**Assigned task:**
The expected output is each line in the data below that includes the string "PRIVATE".

**Information shown:**
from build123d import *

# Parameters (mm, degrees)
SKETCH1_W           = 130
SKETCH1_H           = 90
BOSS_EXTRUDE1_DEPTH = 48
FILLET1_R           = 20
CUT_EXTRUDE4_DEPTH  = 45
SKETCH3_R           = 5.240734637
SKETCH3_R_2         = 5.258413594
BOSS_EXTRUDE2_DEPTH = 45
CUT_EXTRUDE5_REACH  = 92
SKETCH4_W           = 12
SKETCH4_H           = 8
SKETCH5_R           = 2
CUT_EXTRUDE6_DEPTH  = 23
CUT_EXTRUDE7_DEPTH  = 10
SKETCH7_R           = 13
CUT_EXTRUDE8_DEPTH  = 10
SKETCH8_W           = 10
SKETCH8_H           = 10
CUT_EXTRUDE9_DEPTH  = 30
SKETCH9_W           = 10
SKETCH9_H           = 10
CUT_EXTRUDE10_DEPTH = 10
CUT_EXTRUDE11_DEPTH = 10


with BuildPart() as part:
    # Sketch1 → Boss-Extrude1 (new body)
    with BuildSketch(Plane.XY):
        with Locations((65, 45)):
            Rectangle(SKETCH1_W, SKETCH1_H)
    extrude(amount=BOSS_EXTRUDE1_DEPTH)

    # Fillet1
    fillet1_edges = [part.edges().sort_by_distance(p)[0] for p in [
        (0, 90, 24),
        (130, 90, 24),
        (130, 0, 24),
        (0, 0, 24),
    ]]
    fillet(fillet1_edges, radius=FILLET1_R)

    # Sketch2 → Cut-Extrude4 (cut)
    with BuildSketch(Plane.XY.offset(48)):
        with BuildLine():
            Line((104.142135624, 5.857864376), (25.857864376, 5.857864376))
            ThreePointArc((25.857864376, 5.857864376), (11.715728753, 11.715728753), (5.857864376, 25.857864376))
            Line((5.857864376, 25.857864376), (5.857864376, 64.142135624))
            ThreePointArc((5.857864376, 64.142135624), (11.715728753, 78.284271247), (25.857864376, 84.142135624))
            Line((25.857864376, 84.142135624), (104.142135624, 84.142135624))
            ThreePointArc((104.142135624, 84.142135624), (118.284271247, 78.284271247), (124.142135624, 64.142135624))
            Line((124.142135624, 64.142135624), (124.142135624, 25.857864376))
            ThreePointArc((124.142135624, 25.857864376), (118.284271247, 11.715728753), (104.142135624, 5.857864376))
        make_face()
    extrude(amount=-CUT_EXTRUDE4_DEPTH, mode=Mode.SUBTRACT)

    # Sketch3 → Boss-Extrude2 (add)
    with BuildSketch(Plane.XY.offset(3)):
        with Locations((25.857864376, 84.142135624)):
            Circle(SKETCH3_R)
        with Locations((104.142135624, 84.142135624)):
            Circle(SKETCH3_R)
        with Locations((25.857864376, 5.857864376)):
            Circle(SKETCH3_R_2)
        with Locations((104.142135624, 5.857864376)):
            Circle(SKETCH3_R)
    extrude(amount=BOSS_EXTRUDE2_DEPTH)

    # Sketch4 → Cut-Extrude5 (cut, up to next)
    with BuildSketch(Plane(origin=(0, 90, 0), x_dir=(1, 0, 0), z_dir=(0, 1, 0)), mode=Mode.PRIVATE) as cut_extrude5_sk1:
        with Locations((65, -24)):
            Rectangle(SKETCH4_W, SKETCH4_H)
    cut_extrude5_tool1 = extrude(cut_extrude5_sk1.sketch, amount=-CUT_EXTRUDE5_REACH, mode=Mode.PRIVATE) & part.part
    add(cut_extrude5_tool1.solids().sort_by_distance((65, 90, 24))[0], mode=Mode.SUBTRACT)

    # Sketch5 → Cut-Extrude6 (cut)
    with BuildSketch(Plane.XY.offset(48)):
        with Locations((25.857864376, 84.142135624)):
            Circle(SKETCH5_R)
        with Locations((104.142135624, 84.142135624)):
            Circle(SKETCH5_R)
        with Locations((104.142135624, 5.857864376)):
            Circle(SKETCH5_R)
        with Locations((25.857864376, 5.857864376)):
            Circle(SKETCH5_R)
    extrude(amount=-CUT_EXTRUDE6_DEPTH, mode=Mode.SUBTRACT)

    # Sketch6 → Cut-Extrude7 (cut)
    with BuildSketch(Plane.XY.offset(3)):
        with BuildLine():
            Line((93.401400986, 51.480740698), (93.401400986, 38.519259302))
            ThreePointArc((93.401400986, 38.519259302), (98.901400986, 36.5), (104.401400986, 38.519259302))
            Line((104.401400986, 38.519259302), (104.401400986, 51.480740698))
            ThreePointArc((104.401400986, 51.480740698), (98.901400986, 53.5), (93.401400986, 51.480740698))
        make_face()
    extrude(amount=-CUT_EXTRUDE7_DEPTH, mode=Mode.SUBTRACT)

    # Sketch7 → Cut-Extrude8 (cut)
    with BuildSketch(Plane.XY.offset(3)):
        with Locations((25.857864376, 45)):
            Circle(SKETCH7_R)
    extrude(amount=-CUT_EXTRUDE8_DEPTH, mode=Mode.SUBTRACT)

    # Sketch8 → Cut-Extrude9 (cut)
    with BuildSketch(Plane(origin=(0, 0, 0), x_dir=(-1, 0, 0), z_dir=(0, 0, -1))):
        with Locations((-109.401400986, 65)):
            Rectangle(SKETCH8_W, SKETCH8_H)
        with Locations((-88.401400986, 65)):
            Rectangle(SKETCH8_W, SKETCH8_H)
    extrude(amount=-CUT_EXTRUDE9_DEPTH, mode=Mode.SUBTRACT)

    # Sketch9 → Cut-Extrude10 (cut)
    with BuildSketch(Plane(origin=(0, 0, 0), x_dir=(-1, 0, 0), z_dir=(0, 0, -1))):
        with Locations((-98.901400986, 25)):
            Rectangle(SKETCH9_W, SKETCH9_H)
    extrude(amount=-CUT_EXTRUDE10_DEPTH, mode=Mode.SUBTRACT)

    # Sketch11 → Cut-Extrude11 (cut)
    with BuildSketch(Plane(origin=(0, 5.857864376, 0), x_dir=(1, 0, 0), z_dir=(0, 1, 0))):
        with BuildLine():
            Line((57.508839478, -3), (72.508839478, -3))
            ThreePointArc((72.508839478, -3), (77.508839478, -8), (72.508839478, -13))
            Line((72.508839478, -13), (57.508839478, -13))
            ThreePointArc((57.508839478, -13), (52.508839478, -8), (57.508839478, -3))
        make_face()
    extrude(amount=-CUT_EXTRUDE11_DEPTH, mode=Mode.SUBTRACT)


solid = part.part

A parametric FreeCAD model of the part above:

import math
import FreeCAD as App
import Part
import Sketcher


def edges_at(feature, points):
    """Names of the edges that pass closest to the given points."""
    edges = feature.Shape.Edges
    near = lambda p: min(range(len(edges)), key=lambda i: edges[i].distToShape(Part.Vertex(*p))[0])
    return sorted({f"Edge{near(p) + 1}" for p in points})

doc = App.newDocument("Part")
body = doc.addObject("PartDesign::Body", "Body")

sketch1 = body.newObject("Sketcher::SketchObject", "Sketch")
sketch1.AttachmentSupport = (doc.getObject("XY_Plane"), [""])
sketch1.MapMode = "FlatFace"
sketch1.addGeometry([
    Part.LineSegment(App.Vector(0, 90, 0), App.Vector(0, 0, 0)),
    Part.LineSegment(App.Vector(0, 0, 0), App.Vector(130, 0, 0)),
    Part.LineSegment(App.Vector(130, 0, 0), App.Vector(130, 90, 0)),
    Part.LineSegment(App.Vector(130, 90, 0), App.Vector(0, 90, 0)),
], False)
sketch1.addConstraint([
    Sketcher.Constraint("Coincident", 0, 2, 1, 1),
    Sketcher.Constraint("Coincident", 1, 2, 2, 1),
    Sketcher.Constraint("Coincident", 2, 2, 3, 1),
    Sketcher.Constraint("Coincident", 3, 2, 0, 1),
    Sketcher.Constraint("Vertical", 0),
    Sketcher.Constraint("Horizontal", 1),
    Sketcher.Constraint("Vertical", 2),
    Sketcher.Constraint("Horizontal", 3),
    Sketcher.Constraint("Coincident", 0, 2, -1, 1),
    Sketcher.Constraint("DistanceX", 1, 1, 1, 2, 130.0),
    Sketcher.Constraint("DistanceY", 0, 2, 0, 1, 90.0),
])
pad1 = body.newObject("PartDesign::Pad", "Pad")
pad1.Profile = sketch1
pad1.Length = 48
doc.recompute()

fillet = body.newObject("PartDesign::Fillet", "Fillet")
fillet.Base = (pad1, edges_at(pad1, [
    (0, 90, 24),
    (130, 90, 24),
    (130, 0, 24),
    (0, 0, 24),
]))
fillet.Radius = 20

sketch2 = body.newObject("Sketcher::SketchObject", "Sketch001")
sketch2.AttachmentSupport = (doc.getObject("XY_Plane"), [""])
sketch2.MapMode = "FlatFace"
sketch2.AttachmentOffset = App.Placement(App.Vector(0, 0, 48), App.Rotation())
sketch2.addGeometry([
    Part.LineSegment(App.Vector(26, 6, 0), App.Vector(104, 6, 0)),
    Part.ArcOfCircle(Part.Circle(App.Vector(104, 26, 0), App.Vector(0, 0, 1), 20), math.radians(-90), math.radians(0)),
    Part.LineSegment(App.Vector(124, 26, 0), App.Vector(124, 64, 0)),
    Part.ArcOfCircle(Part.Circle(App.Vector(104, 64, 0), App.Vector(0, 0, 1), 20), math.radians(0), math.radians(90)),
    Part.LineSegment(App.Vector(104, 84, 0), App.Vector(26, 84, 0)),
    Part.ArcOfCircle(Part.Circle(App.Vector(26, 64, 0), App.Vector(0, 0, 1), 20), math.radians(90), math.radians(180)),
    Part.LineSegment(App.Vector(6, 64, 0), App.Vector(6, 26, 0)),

--

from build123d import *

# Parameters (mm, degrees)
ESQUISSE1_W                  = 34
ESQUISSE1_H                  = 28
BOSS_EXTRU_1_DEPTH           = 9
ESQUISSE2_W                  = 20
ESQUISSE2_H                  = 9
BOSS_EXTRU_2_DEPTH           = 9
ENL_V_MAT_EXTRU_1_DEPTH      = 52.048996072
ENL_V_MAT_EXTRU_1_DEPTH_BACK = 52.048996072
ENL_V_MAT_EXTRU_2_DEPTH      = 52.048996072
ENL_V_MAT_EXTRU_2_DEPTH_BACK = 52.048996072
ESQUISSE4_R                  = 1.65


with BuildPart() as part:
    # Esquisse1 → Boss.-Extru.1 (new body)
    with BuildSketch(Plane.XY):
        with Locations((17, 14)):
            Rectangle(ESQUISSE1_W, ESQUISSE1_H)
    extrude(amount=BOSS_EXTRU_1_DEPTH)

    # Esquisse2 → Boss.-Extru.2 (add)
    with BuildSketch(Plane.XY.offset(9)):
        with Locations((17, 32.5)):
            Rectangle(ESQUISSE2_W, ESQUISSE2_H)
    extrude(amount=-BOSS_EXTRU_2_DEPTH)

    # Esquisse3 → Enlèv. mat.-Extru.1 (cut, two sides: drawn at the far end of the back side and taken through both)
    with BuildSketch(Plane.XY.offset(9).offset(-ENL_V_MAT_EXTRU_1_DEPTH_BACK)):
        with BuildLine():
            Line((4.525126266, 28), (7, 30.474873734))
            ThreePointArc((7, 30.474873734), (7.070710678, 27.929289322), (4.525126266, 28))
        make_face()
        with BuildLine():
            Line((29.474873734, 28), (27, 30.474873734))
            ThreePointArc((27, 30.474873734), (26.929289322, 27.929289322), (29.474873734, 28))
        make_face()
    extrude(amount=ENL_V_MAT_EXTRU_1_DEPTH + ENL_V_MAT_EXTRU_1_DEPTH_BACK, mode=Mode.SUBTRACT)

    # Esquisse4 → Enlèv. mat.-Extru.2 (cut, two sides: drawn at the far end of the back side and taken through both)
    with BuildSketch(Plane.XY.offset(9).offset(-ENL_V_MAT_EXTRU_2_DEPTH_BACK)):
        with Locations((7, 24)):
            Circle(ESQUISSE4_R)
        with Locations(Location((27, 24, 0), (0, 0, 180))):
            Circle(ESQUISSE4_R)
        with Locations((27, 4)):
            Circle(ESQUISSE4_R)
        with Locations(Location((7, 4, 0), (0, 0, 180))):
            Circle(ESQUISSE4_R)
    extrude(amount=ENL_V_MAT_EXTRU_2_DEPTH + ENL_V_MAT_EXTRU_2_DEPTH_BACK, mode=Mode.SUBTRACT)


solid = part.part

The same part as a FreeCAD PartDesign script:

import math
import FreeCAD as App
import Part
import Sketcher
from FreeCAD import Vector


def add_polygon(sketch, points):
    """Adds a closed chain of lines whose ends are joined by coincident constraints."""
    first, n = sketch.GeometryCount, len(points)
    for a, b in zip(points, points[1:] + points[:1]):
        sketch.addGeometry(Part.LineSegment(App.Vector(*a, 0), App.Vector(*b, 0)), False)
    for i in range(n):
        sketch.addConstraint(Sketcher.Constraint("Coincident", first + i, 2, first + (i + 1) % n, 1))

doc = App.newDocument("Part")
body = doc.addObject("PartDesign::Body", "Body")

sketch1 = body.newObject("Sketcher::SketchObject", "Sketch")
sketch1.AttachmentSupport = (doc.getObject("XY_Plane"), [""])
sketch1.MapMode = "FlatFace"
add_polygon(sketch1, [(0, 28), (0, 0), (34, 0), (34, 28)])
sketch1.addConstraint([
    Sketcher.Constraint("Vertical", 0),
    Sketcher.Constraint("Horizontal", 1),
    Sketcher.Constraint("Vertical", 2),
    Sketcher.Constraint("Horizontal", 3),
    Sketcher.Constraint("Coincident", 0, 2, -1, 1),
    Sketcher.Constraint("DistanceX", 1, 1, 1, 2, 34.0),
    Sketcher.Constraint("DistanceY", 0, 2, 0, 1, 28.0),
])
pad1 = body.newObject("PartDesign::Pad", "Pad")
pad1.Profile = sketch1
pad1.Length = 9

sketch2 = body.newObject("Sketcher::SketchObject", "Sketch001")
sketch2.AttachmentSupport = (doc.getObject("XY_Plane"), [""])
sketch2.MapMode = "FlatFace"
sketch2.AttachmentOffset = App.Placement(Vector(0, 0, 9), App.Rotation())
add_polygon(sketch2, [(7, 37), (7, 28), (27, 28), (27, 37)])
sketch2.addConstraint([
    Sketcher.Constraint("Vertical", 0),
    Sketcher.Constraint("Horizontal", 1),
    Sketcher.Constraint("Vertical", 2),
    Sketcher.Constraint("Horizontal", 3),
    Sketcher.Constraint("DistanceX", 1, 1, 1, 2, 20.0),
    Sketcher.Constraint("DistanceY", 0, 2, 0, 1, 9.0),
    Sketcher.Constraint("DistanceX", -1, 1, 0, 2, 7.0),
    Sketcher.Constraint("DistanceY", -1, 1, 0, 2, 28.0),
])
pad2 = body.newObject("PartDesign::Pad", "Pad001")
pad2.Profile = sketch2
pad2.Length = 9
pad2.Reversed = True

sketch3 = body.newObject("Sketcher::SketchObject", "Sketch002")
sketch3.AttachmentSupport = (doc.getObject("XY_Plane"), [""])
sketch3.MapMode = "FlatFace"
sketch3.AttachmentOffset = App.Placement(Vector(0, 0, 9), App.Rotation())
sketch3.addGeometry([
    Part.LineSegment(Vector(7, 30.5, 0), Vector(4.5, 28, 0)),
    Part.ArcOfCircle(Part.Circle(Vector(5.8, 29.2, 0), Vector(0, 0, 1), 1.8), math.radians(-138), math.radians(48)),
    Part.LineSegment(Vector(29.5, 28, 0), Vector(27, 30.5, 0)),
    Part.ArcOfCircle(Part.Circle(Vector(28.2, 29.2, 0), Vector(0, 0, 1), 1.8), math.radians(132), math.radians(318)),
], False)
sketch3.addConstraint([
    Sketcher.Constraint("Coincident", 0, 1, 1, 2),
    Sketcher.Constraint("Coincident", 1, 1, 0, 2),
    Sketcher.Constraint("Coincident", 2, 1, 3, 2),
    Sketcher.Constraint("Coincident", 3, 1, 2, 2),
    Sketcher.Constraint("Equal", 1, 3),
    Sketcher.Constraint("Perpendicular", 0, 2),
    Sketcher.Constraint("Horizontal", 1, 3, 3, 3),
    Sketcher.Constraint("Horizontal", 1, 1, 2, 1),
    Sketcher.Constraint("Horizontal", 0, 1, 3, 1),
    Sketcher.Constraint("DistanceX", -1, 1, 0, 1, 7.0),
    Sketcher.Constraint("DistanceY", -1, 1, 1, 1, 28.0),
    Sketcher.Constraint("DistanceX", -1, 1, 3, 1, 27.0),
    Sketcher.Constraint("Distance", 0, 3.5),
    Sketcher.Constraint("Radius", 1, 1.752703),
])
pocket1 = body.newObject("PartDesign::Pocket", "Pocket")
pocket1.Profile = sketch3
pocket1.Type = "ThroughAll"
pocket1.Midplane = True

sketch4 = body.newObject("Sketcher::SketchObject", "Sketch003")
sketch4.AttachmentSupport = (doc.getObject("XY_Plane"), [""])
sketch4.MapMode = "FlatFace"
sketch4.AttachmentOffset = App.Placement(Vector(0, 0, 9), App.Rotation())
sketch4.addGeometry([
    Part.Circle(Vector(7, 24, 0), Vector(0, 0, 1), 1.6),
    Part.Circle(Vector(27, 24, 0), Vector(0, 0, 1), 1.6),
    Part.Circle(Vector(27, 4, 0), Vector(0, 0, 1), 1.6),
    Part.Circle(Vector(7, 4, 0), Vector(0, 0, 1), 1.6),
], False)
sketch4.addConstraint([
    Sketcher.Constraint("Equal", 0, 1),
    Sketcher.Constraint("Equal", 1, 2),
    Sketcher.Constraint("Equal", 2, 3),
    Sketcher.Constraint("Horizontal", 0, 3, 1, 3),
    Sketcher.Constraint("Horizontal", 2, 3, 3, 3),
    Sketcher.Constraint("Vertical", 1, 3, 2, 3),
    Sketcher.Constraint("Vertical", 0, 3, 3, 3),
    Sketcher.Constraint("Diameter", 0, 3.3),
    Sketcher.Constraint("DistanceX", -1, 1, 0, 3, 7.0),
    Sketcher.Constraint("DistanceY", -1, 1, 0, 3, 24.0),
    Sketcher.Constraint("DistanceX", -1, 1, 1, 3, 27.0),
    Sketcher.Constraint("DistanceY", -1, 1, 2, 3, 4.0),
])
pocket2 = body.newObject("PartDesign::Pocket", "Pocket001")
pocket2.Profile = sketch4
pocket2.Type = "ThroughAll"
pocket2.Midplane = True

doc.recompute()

**Reply to the task:**
    with BuildSketch(Plane(origin=(0, 90, 0), x_dir=(1, 0, 0), z_dir=(0, 1, 0)), mode=Mode.PRIVATE) as cut_extrude5_sk1:
    cut_extrude5_tool1 = extrude(cut_extrude5_sk1.sketch, amount=-CUT_EXTRUDE5_REACH, mode=Mode.PRIVATE) & part.part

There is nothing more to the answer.